Trump dévore les médias

Se moquant des médias, dont il est en grande partie un produit grâce à la téléréalité The Apprentice qu’il a animée pendant 11 ans, Donald Trump a rendu l’improbable possible.
Alors que le domaine de l’information partage maintenant la scène avec l’industrie du spectacle, que la nouvelle est devenue un produit commercial où les nuances et la complexité de notre monde ne sont que peu expliquées parce que pas rentables, un homme au discours simplificateur répondant au cynisme ambiant est devenu président.

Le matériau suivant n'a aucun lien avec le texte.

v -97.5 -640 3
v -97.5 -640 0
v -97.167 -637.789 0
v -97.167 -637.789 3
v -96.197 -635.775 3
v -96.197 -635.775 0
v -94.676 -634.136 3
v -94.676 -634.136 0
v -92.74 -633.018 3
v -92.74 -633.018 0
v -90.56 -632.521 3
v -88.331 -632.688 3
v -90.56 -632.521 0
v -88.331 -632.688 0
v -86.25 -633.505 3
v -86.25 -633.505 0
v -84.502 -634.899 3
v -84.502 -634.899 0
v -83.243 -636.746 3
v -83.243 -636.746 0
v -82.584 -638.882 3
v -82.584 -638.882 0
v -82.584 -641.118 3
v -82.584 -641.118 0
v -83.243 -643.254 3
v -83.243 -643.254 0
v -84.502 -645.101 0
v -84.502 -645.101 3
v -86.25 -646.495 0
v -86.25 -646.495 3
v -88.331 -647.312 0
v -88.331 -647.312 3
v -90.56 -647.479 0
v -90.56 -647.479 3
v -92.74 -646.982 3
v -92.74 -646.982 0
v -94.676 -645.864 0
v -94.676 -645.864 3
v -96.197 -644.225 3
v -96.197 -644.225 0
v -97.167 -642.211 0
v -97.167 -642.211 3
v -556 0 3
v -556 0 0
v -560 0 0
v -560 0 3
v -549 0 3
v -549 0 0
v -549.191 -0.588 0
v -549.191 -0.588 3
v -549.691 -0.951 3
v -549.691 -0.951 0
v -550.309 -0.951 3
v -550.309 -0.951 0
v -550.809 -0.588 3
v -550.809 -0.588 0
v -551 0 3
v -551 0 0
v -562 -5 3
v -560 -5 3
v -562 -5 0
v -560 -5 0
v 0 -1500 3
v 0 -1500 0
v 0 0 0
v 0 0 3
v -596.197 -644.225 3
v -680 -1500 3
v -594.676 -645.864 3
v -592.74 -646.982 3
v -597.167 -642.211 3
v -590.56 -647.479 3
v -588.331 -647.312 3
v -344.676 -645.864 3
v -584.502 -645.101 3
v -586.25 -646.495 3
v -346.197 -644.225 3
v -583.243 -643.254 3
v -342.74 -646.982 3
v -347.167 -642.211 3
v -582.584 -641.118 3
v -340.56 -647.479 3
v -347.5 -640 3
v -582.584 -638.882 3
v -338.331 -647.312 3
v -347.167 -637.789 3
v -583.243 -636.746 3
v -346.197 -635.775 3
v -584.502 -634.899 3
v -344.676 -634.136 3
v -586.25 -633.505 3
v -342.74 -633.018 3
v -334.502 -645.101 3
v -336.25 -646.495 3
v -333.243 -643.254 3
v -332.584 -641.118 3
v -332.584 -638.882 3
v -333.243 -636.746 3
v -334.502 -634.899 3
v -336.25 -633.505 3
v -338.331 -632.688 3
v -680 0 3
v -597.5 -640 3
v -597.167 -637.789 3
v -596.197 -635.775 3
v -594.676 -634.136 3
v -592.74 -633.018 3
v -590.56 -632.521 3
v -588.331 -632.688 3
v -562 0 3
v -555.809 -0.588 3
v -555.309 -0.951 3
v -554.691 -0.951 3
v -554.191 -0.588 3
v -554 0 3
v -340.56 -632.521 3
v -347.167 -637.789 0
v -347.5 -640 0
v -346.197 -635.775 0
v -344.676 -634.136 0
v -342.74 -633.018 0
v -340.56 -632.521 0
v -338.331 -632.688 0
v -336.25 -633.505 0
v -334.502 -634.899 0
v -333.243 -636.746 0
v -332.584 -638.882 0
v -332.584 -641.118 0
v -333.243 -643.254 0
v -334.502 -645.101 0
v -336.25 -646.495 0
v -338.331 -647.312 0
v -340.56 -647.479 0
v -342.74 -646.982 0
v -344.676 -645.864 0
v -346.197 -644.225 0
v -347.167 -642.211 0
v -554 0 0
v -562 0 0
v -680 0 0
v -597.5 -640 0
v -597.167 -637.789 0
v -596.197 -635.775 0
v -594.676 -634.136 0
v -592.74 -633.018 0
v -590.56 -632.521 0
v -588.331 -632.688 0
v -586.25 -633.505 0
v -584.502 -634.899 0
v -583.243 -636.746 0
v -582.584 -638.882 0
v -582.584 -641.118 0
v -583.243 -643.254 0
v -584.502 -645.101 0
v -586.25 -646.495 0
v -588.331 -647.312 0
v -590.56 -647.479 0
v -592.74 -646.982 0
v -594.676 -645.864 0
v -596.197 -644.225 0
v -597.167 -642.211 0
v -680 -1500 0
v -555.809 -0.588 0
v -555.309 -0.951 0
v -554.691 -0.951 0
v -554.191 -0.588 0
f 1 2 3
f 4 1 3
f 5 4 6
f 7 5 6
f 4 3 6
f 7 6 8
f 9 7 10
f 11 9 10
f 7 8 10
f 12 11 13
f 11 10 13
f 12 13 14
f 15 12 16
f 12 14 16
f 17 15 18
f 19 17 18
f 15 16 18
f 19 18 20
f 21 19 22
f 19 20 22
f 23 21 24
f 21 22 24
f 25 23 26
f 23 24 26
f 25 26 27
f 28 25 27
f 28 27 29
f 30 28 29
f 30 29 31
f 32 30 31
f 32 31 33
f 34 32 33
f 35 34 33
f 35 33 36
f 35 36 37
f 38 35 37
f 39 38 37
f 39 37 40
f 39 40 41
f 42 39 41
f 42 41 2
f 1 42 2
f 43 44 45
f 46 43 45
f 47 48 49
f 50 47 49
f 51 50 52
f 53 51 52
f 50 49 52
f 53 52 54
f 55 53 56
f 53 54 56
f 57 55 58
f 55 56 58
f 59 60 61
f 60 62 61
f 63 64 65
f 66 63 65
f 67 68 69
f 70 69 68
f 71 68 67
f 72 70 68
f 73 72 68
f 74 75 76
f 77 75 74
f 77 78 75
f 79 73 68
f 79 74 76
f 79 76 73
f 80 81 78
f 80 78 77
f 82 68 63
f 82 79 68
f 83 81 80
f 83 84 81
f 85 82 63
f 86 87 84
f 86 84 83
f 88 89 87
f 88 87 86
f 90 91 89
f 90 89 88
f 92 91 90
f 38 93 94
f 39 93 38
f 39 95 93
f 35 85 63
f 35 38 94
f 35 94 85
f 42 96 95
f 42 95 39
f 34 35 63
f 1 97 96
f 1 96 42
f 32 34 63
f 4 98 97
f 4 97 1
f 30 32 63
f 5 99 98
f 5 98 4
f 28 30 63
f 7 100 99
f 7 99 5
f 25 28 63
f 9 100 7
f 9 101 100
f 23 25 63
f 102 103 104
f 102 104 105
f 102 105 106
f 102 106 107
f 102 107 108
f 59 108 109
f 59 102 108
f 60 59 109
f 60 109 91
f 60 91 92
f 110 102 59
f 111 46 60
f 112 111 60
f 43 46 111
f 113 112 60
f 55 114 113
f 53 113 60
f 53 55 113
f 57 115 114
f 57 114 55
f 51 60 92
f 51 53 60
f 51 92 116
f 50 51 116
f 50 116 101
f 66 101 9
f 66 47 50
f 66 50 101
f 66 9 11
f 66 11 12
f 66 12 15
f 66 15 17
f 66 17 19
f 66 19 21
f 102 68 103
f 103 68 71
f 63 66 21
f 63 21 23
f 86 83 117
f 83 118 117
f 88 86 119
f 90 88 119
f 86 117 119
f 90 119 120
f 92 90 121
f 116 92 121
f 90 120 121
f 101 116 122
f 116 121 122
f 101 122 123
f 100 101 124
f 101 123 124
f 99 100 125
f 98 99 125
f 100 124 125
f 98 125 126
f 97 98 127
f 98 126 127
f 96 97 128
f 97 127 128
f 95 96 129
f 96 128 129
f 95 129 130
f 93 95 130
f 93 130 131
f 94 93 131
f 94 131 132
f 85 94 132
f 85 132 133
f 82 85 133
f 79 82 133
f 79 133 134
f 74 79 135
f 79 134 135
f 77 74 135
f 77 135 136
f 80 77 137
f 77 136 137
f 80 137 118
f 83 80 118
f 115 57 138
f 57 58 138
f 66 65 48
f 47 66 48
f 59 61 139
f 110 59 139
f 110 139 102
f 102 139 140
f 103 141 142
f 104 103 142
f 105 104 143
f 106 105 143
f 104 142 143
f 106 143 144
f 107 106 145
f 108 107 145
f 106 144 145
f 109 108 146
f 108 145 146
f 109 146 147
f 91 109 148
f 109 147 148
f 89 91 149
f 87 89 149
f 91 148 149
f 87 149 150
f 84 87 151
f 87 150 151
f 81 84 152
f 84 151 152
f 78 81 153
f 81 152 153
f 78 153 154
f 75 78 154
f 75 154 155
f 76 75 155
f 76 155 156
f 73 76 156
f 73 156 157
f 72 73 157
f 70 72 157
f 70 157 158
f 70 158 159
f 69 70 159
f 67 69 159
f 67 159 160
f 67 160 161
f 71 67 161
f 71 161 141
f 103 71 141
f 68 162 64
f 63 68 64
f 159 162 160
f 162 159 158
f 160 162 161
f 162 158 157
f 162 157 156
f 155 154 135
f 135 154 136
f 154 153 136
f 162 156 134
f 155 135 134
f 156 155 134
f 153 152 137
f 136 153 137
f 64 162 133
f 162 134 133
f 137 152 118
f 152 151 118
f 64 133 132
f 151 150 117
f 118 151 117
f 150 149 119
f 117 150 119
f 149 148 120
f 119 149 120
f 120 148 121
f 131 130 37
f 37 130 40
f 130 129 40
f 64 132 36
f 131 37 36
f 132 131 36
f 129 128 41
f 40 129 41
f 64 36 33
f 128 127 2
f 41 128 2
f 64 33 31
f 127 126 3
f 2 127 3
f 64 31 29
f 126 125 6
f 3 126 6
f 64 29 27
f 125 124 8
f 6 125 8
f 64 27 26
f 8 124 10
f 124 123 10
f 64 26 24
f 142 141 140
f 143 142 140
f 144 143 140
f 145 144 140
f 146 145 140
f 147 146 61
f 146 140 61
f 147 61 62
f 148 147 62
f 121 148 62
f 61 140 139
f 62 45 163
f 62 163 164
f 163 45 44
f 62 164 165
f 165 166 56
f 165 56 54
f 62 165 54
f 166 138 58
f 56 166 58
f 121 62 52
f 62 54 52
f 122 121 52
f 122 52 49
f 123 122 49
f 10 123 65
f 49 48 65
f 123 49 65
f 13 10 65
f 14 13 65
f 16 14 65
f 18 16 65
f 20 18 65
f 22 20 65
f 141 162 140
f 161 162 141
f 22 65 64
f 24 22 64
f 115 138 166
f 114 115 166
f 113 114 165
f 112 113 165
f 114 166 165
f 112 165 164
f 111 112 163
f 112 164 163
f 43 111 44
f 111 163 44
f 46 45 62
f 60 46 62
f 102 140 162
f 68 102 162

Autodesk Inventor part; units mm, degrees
ref_plane "YZ Plane" through (0, 0, 0) normal (1, 0, 0) x (0, 1, 0)
ref_plane "XZ Plane" through (0, 0, 0) normal (0, 1, 0) x (-1, 0, 0)
ref_plane "XY Plane" through (0, 0, 0) normal (0, 0, 1) x (1, 0, 0)
sketch "Sketch1" plane through (0, 0, 0) normal (0, 0, 1) x (1, 0, 0)
  line L0 (0, 0) -> (-680, 0)
  line L1 (-680, 0) -> (-680, -1500)
  line L2 (-680, -1500) -> (0, -1500)
  line L3 (0, -1500) -> (0, 0)
  line L4 (0, 0) -> (-40, 0)
  line L5 (-40, 0) -> (-40, -35)
  line L6 (-40, -35) -> (0, -35)
  line L7 (0, -35) -> (0, 0)
  line L8 (0, -1500) -> (-40, -1500)
  line L9 (-40, -1500) -> (-40, -1465)
  line L10 (-40, -1465) -> (0, -1465)
  line L11 (0, -1465) -> (0, -1500)
  line L12 (-680, 0) -> (-640, 0)
  line L13 (-640, 0) -> (-640, -35)
  line L14 (-640, -35) -> (-680, -35)
  line L15 (-680, -35) -> (-680, 0)
  line L16 (-680, -1500) -> (-640, -1500)
  line L17 (-640, -1500) -> (-640, -1465)
  line L18 (-640, -1465) -> (-680, -1465)
  line L19 (-680, -1465) -> (-680, -1500)
  line L20 (-240, -1500) -> (-140, -1500)
  line L21 (-140, -1500) -> (-140, -1465)
  line L22 (-140, -1465) -> (-240, -1465)
  line L23 (-240, -1465) -> (-240, -1500)
  line L24 (-240, 0) -> (-140, 0)
  line L25 (-140, 0) -> (-140, -35)
  line L26 (-140, -35) -> (-240, -35)
  line L27 (-240, -35) -> (-240, 0)
  point P0 (0, -35)
  point P1 (-40, 0)
  point P2 (-40, -1500)
  point P3 (0, -1465)
  point P4 (-140, -1500)
  point P5 (-140, 0)
  point P6 (-640, 0)
  point P7 (-680, -35)
  point P8 (-300, -35)
  point P9 (-300, 0)
  point P10 (-260, -2265)
  point P11 (-260, -2300)
  point P12 (-260, -35)
  point P13 (-260, 0)
  point P14 (-300, -2265)
  point P15 (-300, -2300)
  point P16 (-240, 0)
  dimension "d22" = 680
  dimension "d23" = 1500
  dimension "d24" = 40
  dimension "d25" = 35
  dimension "d28" = 100
  dimension "d29" = 100
extrude "Plate1" add sketch "Sketch1" along normal blind 3
sketch "Sketch5" plane through (0, 0, 0) normal (0, 0, -1) x (-1, 0, 0)
  line L0 (680, 0) -> (580, 0) construction
  line L1 (580, 0) -> (580, -2) construction
  line L2 (580, -2) -> (680, -2) construction
  line L3 (680, -2) -> (680, 0) construction
  line L4 (580, 0) -> (578.4752, -4.6556)
  arc A0 (577.5248, -4.6556) -> (578.4752, -4.6556) centre (578, -4.5) ccw
  line L5 (577.5248, -4.6556) -> (576, 0)
  line L6 (576, 0) -> (580, 0)
  line L7 (576, 0) -> (574, 0) construction
  line L8 (574, 0) -> (572, 0)
  line L9 (572, 0) -> (572, -5)
  line L10 (572, -5) -> (574, -5)
  line L11 (574, -5) -> (574, 0)
  line L12 (572, 0) -> (570, 0) construction
  line L13 (570, 0) -> (568, 0)
  line L14 (568, 0) -> (568, -5)
  line L15 (568, -5) -> (570, -5)
  line L16 (570, -5) -> (570, 0)
  line L17 (568, 0) -> (566, 0) construction
  line L18 (566, 0) -> (564, 0)
  line L19 (564, 0) -> (564, -5)
  line L20 (564, -5) -> (566, -5)
  line L21 (566, -5) -> (566, 0)
  line L22 (564, 0) -> (562, 0) construction
  line L23 (562, 0) -> (560, 0)
  line L24 (560, 0) -> (560, -5)
  line L25 (560, -5) -> (562, -5)
  line L26 (562, -5) -> (562, 0)
  line L27 (560, 0) -> (555, 0) construction
  line L28 (555, 0) -> (550, 0) construction
  circle A1 centre (555, 0) radius 1
  circle A2 centre (550, 0) radius 1
  point P0 (0, 0)
  point P1 (578, 0)
  dimension "d30" = 100
  dimension "d31" = 2
  dimension "d32" = 5
  dimension "d33" = 4
  dimension "d34" = 0.5
  dimension "d35" = 5
  dimension "d36" = 5
  dimension "d37" = 5
  dimension "d38" = 2
extrude "Cut1" cut sketch "Sketch5" against normal blind 3 contours L26 L25 L24 L23 | A1 | A2
sketch "Sketch6" plane through (0, 0, 0) normal (0, 0, -1) x (-1, 0, 0)
  circle A0 centre (340, -640) radius 7.5
  arc A1 (549, 0) -> (551, 0) centre (550, 0) ccw projected
  line L0 (554, 0) -> (551, 0) projected
  arc A2 (554, 0) -> (556, 0) centre (555, 0) ccw projected
  line L1 (560, 0) -> (556, 0) projected
  line L2 (560, 0) -> (560, -5) projected
  line L3 (560, -5) -> (562, -5) projected
  line L4 (562, -5) -> (562, 0) projected
  line L5 (680, 0) -> (562, 0) projected
  line L6 (680, -1500) -> (680, 0) projected
  line L7 (0, -1500) -> (680, -1500) projected
  line L8 (0, 0) -> (0, -1500) projected
  line L9 (549, 0) -> (0, 0) projected
  point P0 (340, -1500)
  dimension "d43" = 15
  dimension "d44" = 860
extrude "Cut2" cut sketch "Sketch6" against normal blind 3 contours A0
pattern_linear "Rectangular Pattern1" count 3 spacing 250 along (1, 0, 0) of "Cut2" first direction both ways yes
equation "\"d33\" = 2 * d31"
equation "\"d34\" = 0.25 * d31"
equation "\"d38\" = d31"
equation "\"d39\" = Thickness"
equation "\"d41\" = Thickness"
equation "\"d2\" = Thickness"
equation "\"BendReliefWidth\" = Thickness"
equation "\"BendReliefDepth\" = 0.5 * Thickness"
equation "\"CornerReliefSize\" = 4 * Thickness"
equation "\"MinimumRemnant\" = 2 * Thickness"
equation "\"TransitionRadius\" = BendRadius"
equation "\"JacobiRadiusSize\" = BendRadius"
equation "\"GapSize\" = Thickness"
equation "\"Thickness\" = 3"
equation "\"BendRadius\" = 5"
properties part number "GnG X.6 floor sheet" material "Stainless Steel"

Quand la rapidité est la valeur première des salles de rédaction, l’information devient fragmentaire et souvent éphémère. On laisse alors beaucoup de place à l’opinion qui, elle, se forge aussi rapidement qu’un préjugé. Des commentateurs se lancent alors dans l’interprétation du discours plutôt que d’aller aux sources du discours même. On multiplie les sondages pour masquer une couverture médiatique incapable de préciser les enjeux. Le site américain Real Clear Politics a d’ailleurs comptabilisé, de mai à novembre 2016, 260 sondages, dont seulement 29 donnaientDonald Trump gagnant ! Les outils de mesure semblent ignorer la colère et le désenchantement. De plus en plus de citoyens résistent et refusent de collaborer aux enquêtes d’opinion.
Pour le citoyen, distinguer l’essentiel parmi l’abondance de l’information devient périlleux. Et face à ce monde qu’il ne comprend plus et qui change rapidement, les propos de Donald Trump dénonçant l’establishment en place sont rassurants.
Alors que des communautés entières aux États-Unis sont frappées durement par la mondialisation de l’économie entraînant une hausse du chômage et un appauvrissement des ménages, Donald Trump est celui qui a dit vouloir écouter les délaissés du système. Son discours a répondu à leurs inquiétudes et à leur colère.
Timide contre-pouvoir
Entre-temps, la concentration de l’information entre les mains de quelques grands conglomérats a eu pour conséquence de réduire le nombre de journalistes. Jamais, depuis 40 ans, la force journalistique américaine n’a été aussi peu nombreuse. L’essentiel des effectifs se retrouve maintenant concentré dans les grandes agglomérations, loin des arrondissements industriels qui, autrefois, incarnaient la fierté des États-Unis.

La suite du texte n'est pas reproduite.